# CK3510 SE Oil pan with 2 drain plugs



## unsquidly (Jul 13, 2021)

So, time for the first oil change on my CK3510 SE that we bought early this summer. What a shock I had when I saw 2 oil pan drain plugs. That is the strangest design where the oil pan has that arched area in the middle with the drive shaft running through it and the oil pan coming down on both sides with a drain plug for each side. I am wondering when they started doing this...Mine is a 2021 model...


----------



## SidecarFlip (Mar 25, 2021)

Both my 2002 and my 2004 M9's are like that. The front prop shaft has to go somewhere... Come to think about it, all my previous Kubota's were like that too, all front wheel assist.


----------



## unsquidly (Jul 13, 2021)

SidecarFlip said:


> Both my 2002 and my 2004 M9's are like that. The front prop shaft has to go somewhere... Come to think about it, all my previous Kubota's were like that too, all front wheel assist.

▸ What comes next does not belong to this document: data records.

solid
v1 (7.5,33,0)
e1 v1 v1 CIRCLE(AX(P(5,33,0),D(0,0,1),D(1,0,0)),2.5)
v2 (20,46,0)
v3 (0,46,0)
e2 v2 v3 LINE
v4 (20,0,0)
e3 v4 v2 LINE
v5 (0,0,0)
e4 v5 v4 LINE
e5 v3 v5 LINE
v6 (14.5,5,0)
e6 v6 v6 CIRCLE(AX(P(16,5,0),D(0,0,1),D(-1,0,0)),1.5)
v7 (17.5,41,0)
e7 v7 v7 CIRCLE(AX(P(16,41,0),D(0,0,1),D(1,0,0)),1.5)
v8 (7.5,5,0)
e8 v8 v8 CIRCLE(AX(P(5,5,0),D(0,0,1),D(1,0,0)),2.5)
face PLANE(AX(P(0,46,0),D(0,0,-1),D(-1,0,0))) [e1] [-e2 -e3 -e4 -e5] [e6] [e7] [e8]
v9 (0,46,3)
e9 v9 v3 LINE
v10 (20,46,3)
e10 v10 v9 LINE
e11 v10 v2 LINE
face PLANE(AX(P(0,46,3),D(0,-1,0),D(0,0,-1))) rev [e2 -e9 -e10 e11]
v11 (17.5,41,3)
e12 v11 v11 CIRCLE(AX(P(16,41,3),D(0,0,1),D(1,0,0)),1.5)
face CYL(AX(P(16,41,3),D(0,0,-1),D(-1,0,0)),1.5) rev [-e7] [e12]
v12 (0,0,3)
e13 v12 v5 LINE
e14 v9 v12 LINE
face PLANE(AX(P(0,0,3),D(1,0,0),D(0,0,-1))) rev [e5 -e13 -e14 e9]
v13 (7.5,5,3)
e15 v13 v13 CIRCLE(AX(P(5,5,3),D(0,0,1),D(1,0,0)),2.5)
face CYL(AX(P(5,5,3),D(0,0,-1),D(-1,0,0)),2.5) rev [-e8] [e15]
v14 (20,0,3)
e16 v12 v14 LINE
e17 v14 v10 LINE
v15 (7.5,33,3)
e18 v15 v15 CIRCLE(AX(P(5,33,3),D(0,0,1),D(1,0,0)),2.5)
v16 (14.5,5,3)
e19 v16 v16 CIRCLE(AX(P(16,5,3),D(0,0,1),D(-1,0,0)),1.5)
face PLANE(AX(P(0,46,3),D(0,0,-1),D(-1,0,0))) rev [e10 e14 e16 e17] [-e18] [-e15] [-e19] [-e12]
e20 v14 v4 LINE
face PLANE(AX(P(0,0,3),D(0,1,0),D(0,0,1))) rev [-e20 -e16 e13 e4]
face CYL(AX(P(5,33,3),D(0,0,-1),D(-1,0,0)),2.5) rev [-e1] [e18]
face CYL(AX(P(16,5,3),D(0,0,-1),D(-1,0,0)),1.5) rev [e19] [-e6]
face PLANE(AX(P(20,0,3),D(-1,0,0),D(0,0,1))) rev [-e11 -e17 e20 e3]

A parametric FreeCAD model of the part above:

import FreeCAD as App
import Part
import Sketcher

V = App.Vector


def add_polygon(sketch, points):
    """Adds a closed chain of lines whose ends are joined by coincident constraints."""
    first, n = sketch.GeometryCount, len(points)
    for a, b in zip(points, points[1:] + points[:1]):
        sketch.addGeometry(Part.LineSegment(App.Vector(*a, 0), App.Vector(*b, 0)), False)
    for i in range(n):
        sketch.addConstraint(Sketcher.Constraint("Coincident", first + i, 2, first + (i + 1) % n, 1))

doc = App.newDocument("Part")
params = doc.addObject("Spreadsheet::Sheet", "Params")
for row, (alias, value) in enumerate([
    ("sketch1_diameter", "5 mm"),
    ("sketch1_diameter2", "3 mm"),
    ("sketch1_width", "20 mm"),
    ("sketch1_height", "46 mm"),
    ("pad1_length", "3 mm"),
], start=1):
    params.set(f"A{row}", alias)
    params.set(f"B{row}", "=" + value)
    params.setAlias(f"B{row}", alias)

body = doc.addObject("PartDesign::Body", "Body")

# Sketch on XY plane
sketch1 = body.newObject("Sketcher::SketchObject", "Sketch")
sketch1.AttachmentSupport = (doc.getObject("XY_Plane"), [""])
sketch1.MapMode = "FlatFace"
add_polygon(sketch1, [(0, 46), (0, 0), (20, 0), (20, 46)])  # lines 0-3
sketch1.addGeometry(Part.Circle(V(5, 5, 0), V(0, 0, 1), 2.5), False)  # 4
sketch1.addGeometry(Part.Circle(V(16, 5, 0), V(0, 0, 1), 1.5), False)  # 5
sketch1.addGeometry(Part.Circle(V(5, 33, 0), V(0, 0, 1), 2.5), False)  # 6
sketch1.addGeometry(Part.Circle(V(16, 41, 0), V(0, 0, 1), 1.5), False)  # 7
sketch1.addConstraint([
    Sketcher.Constraint("Vertical", 0),
    Sketcher.Constraint("Horizontal", 1),
    Sketcher.Constraint("Vertical", 2),
    Sketcher.Constraint("Horizontal", 3),
    Sketcher.Constraint("Coincident", 0, 2, -1, 1),
    Sketcher.Constraint("Equal", 4, 6),
    Sketcher.Constraint("Equal", 5, 7),
    Sketcher.Constraint("Horizontal", 4, 3, 5, 3),
    Sketcher.Constraint("Vertical", 4, 3, 6, 3),
    Sketcher.Constraint("Vertical", 5, 3, 7, 3),
    Sketcher.Constraint("Diameter", 4, 5.0),
    Sketcher.Constraint("Diameter", 5, 3.0),
    Sketcher.Constraint("DistanceX", 1, 1, 1, 2, 20.0),
    Sketcher.Constraint("DistanceY", 0, 2, 0, 1, 46.0),
    Sketcher.Constraint("DistanceX", -1, 1, 4, 3, 5.0),
    Sketcher.Constraint("DistanceY", -1, 1, 4, 3, 5.0),
    Sketcher.Constraint("DistanceX", -1, 1, 5, 3, 16.0),
    Sketcher.Constraint("DistanceY", -1, 1, 6, 3, 33.0),
    Sketcher.Constraint("DistanceY", -1, 1, 7, 3, 41.0),
])
sketch1.setExpression("Constraints[14]", "Params.sketch1_diameter")
sketch1.setExpression("Constraints[15]", "Params.sketch1_diameter2")
sketch1.setExpression("Constraints[16]", "Params.sketch1_width")
sketch1.setExpression("Constraints[17]", "Params.sketch1_height")
pad1 = body.newObject("PartDesign::Pad", "Pad")
pad1.Profile = sketch1
pad1.setExpression("Length", "Params.pad1_length")

doc.recompute()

Hmmmmm....I have had other front wheel assist tractors in the past, one of them Kioti and this is the first one that I have had that way.....It makes sense I had just not ever seen it that way......


----------



## Tumblindown (May 22, 2021)

Most Older (and newer??) Mustangs had two drain plugs. Annoying sometimes because most grease monkeys would't see the front one.

Thery don't have two pick-ups. I doubt yours does, too. Maybe it does. If not, maybe it should. Or not.


----------



## SidecarFlip (Mar 25, 2021)

I doubt it (2 pickups). My Kubota's have one and it's in the left pan.


----------



## pogobill (Jan 31, 2012)

My '04 Case has the same twin plug oil pan, with the front drive shat going thru it. Just finished a service this past weekend.


----------



## Tumblindown (May 22, 2021)

SidecarFlip said:


> I doubt it (2 pickups). My Kubota's have one and it's in the left pan.

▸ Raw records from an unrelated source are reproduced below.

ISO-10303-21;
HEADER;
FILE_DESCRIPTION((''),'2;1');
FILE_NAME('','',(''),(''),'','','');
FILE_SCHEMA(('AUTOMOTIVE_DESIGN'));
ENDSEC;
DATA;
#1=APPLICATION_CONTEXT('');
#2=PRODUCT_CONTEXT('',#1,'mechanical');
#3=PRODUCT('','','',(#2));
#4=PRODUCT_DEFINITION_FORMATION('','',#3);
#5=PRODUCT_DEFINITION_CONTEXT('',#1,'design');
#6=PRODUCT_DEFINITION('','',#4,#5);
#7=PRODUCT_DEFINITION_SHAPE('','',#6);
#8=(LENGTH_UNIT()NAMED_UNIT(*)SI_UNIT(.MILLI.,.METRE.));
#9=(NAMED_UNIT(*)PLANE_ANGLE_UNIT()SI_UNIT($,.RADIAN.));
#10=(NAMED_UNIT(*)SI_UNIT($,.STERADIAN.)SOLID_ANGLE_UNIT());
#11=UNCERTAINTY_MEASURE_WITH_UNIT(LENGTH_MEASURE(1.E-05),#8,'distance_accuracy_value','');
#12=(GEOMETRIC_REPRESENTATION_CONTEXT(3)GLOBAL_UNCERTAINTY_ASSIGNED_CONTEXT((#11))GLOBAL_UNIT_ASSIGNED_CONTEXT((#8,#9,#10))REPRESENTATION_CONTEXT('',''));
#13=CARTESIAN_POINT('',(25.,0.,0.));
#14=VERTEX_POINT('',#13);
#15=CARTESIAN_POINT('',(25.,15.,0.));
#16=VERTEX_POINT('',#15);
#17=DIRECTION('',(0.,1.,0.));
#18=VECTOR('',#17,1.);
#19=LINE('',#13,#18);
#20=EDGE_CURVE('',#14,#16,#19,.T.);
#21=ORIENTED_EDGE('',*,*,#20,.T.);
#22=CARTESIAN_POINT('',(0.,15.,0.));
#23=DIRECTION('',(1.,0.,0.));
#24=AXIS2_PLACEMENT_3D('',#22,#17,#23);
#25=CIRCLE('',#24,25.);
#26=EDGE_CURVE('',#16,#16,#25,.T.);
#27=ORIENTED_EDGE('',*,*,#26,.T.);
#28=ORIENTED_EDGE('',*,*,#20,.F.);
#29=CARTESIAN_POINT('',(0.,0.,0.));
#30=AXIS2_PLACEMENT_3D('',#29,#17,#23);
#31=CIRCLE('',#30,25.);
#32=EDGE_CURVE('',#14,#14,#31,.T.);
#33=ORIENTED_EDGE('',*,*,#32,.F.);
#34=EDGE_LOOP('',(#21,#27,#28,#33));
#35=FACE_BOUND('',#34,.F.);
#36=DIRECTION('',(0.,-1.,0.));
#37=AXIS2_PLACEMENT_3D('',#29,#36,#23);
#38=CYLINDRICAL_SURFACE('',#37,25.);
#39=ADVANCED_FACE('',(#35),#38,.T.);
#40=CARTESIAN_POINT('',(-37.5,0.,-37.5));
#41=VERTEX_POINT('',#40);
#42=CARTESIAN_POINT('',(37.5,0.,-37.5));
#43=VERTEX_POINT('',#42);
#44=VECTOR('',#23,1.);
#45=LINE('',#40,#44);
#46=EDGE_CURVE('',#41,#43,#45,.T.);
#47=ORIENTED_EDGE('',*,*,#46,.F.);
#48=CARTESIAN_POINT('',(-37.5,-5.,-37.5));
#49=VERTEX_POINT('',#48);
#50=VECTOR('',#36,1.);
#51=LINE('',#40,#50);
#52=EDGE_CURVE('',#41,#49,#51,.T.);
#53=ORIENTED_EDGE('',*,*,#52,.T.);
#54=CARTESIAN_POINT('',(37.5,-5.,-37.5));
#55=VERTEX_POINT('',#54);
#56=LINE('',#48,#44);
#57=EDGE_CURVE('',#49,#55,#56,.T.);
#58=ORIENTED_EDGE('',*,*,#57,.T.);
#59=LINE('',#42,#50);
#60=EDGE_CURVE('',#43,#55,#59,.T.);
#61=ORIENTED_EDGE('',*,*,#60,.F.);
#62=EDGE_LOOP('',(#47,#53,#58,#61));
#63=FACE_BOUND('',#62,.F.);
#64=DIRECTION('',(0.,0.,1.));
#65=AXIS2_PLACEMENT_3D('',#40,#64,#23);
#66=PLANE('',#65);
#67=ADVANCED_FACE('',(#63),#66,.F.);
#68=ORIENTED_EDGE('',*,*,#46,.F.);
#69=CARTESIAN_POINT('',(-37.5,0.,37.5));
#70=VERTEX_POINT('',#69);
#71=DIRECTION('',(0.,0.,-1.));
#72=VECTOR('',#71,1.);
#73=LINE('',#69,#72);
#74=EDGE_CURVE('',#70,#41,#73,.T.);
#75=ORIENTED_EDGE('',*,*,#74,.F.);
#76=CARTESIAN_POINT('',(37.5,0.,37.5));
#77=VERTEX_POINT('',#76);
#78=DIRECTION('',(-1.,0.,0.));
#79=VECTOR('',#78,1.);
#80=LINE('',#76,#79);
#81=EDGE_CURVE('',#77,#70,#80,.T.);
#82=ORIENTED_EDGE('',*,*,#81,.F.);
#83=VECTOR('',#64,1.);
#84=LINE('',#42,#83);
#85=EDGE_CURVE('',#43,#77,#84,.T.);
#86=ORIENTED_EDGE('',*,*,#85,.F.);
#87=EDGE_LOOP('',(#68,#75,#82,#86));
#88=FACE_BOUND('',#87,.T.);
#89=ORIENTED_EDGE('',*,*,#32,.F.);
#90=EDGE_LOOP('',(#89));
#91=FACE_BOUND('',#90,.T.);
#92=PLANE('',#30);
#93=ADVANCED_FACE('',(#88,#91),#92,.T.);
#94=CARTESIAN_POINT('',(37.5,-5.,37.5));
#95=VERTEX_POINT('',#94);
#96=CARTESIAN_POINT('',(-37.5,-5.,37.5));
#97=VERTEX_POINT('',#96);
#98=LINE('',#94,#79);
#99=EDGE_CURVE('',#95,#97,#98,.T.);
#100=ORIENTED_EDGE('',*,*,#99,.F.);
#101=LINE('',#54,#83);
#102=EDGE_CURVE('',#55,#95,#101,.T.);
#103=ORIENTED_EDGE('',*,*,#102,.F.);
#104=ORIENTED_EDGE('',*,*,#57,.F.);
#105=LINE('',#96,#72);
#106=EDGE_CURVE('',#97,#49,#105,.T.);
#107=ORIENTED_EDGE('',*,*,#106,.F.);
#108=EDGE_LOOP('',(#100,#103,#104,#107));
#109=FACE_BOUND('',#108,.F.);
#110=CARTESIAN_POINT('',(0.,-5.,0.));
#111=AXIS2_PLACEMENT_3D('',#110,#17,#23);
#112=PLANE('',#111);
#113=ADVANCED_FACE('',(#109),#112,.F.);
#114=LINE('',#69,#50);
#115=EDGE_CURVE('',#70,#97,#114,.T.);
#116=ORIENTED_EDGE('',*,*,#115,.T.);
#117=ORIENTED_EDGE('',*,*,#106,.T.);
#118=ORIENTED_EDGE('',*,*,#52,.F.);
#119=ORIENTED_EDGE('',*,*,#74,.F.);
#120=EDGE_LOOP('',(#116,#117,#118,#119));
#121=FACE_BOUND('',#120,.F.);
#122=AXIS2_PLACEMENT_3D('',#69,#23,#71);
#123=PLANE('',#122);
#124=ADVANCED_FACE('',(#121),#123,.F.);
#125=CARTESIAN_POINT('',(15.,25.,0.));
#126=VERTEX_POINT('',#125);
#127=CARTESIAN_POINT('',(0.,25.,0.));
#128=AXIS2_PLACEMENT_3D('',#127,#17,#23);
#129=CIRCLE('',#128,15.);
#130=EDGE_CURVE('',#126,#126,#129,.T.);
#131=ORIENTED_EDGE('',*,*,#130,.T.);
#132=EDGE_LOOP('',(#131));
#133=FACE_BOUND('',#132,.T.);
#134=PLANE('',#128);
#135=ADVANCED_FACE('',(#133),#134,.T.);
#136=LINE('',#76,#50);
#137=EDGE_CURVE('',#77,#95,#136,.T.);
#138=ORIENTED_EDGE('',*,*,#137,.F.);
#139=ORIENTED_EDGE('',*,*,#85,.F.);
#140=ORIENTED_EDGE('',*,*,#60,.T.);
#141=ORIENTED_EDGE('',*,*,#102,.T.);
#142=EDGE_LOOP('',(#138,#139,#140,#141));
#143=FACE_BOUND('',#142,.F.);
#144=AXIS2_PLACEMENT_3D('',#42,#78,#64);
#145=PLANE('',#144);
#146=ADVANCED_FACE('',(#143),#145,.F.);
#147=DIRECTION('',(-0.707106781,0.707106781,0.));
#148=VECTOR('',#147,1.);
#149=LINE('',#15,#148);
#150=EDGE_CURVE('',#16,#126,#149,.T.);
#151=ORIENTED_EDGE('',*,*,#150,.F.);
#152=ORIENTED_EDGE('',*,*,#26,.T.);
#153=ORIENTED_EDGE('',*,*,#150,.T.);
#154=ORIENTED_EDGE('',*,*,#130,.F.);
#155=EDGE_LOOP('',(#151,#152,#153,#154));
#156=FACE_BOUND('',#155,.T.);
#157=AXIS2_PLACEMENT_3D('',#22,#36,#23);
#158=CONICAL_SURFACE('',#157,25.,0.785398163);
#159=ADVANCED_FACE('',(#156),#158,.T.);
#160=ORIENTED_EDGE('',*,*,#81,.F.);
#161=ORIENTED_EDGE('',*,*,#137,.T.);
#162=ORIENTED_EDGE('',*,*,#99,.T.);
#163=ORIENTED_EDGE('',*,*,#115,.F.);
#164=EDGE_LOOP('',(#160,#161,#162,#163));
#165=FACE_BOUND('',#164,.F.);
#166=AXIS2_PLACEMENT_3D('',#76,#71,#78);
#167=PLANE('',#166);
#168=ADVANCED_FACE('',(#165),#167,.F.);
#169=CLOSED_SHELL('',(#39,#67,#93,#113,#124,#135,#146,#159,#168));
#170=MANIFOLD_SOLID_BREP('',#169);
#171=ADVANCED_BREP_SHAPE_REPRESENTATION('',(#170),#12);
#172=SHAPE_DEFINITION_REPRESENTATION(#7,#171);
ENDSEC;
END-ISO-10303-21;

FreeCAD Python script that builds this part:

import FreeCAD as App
import Part
import Sketcher


def edges_at(feature, points):
    """Names of the edges that pass closest to the given points."""
    edges = feature.Shape.Edges
    near = lambda p: min(range(len(edges)), key=lambda i: edges[i].distToShape(Part.Vertex(*p))[0])
    return sorted({f"Edge{near(p) + 1}" for p in points})


def add_polygon(sketch, points):
    """Adds a closed chain of lines whose ends are joined by coincident constraints."""
    first, n = sketch.GeometryCount, len(points)
    for a, b in zip(points, points[1:] + points[:1]):
        sketch.addGeometry(Part.LineSegment(App.Vector(*a, 0), App.Vector(*b, 0)), False)
    for i in range(n):
        sketch.addConstraint(Sketcher.Constraint("Coincident", first + i, 2, first + (i + 1) % n, 1))

doc = App.newDocument("Part")
body = doc.addObject("PartDesign::Body", "Body")

sketch1 = body.newObject("Sketcher::SketchObject", "Sketch")
sketch1.AttachmentSupport = (doc.getObject("XZ_Plane"), [""])
sketch1.MapMode = "FlatFace"
sketch1.addGeometry(Part.Circle(App.Vector(0, 0, 0), App.Vector(0, 0, 1), 25), False)
sketch1.addConstraint([
    Sketcher.Constraint("Coincident", 0, 3, -1, 1),
    Sketcher.Constraint("Diameter", 0, 50.0),
])
pad1 = body.newObject("PartDesign::Pad", "Pad")
pad1.Profile = sketch1
pad1.Length = 25
pad1.Reversed = True

sketch2 = body.newObject("Sketcher::SketchObject", "Sketch001")
sketch2.AttachmentSupport = (doc.getObject("XZ_Plane"), [""])
sketch2.MapMode = "FlatFace"
add_polygon(sketch2, [(-37.5, 37.5), (37.5, 37.5), (37.5, -37.5), (-37.5, -37.5)])
sketch2.addConstraint([
    Sketcher.Constraint("Horizontal", 0),
    Sketcher.Constraint("Vertical", 1),
    Sketcher.Constraint("Horizontal", 2),
    Sketcher.Constraint("Vertical", 3),
    Sketcher.Constraint("Symmetric", 0, 2, 2, 2, -1, 1),
    Sketcher.Constraint("Equal", 2, 1),
    Sketcher.Constraint("DistanceX", 0, 1, 0, 2, 75.0),
])
pad2 = body.newObject("PartDesign::Pad", "Pad001")
pad2.Profile = sketch2
pad2.Length = 5
doc.recompute()

chamfer = body.newObject("PartDesign::Chamfer", "Chamfer")
chamfer.Base = (pad2, edges_at(pad2, [(-23.308, 25, 9.04)]))
chamfer.Size = 10

doc.recompute()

I wonder if the drain-back goes into the pan that does not have the pick-up in it, then overflows into the side with the P/U? That would almost make sense but then, the side with the pickup might get starved for oil in a high-RPM situation.

So the side without the pickup just kinda sits there and does -- Nothing?

I'm sure there's an overflow from one side to another but, c'mon. That ain't gonna do a whole lot.

I think it just makes oil changes more important than ever. I also think I have too much time on my hands right now.


----------



## SidecarFlip (Mar 25, 2021)

Tumblindown said:


> I also think I have too much time on my hands right now.


I agree with that...lol When the oil is at the full mark, it's level is a bit higher than the top edge of the pans anyway. From an engineering standpoint, makes perfect sense because it allows the front prop shaft to be on a flat plane with the front pinion and there are no universals involved because the front axle only articulates side to side, not vertically. Why it's important to keep the preload on the front pivot correct and greased so the axle has no vertical movement. If it does, you'll wear out the splined coupler on the front prop shaft.

It's a tractor, not a race car so engine rpm and starvation is nil.


----------



## DK35vince (Jan 22, 2006)

Many models are like that.
My 2001 Kioti DK is like that with the 2 drain plugs.
Both my dad's Kubota's are the same way


----------



## SidecarFlip (Mar 25, 2021)

One thing I always do when changing the oil in the pan or changing gear oil in the trans is, I replace the sealing washer with a new one. You can anneal the copper washer if you want to but you can buy them in 6 packs at any auto parts emporuim too.


----------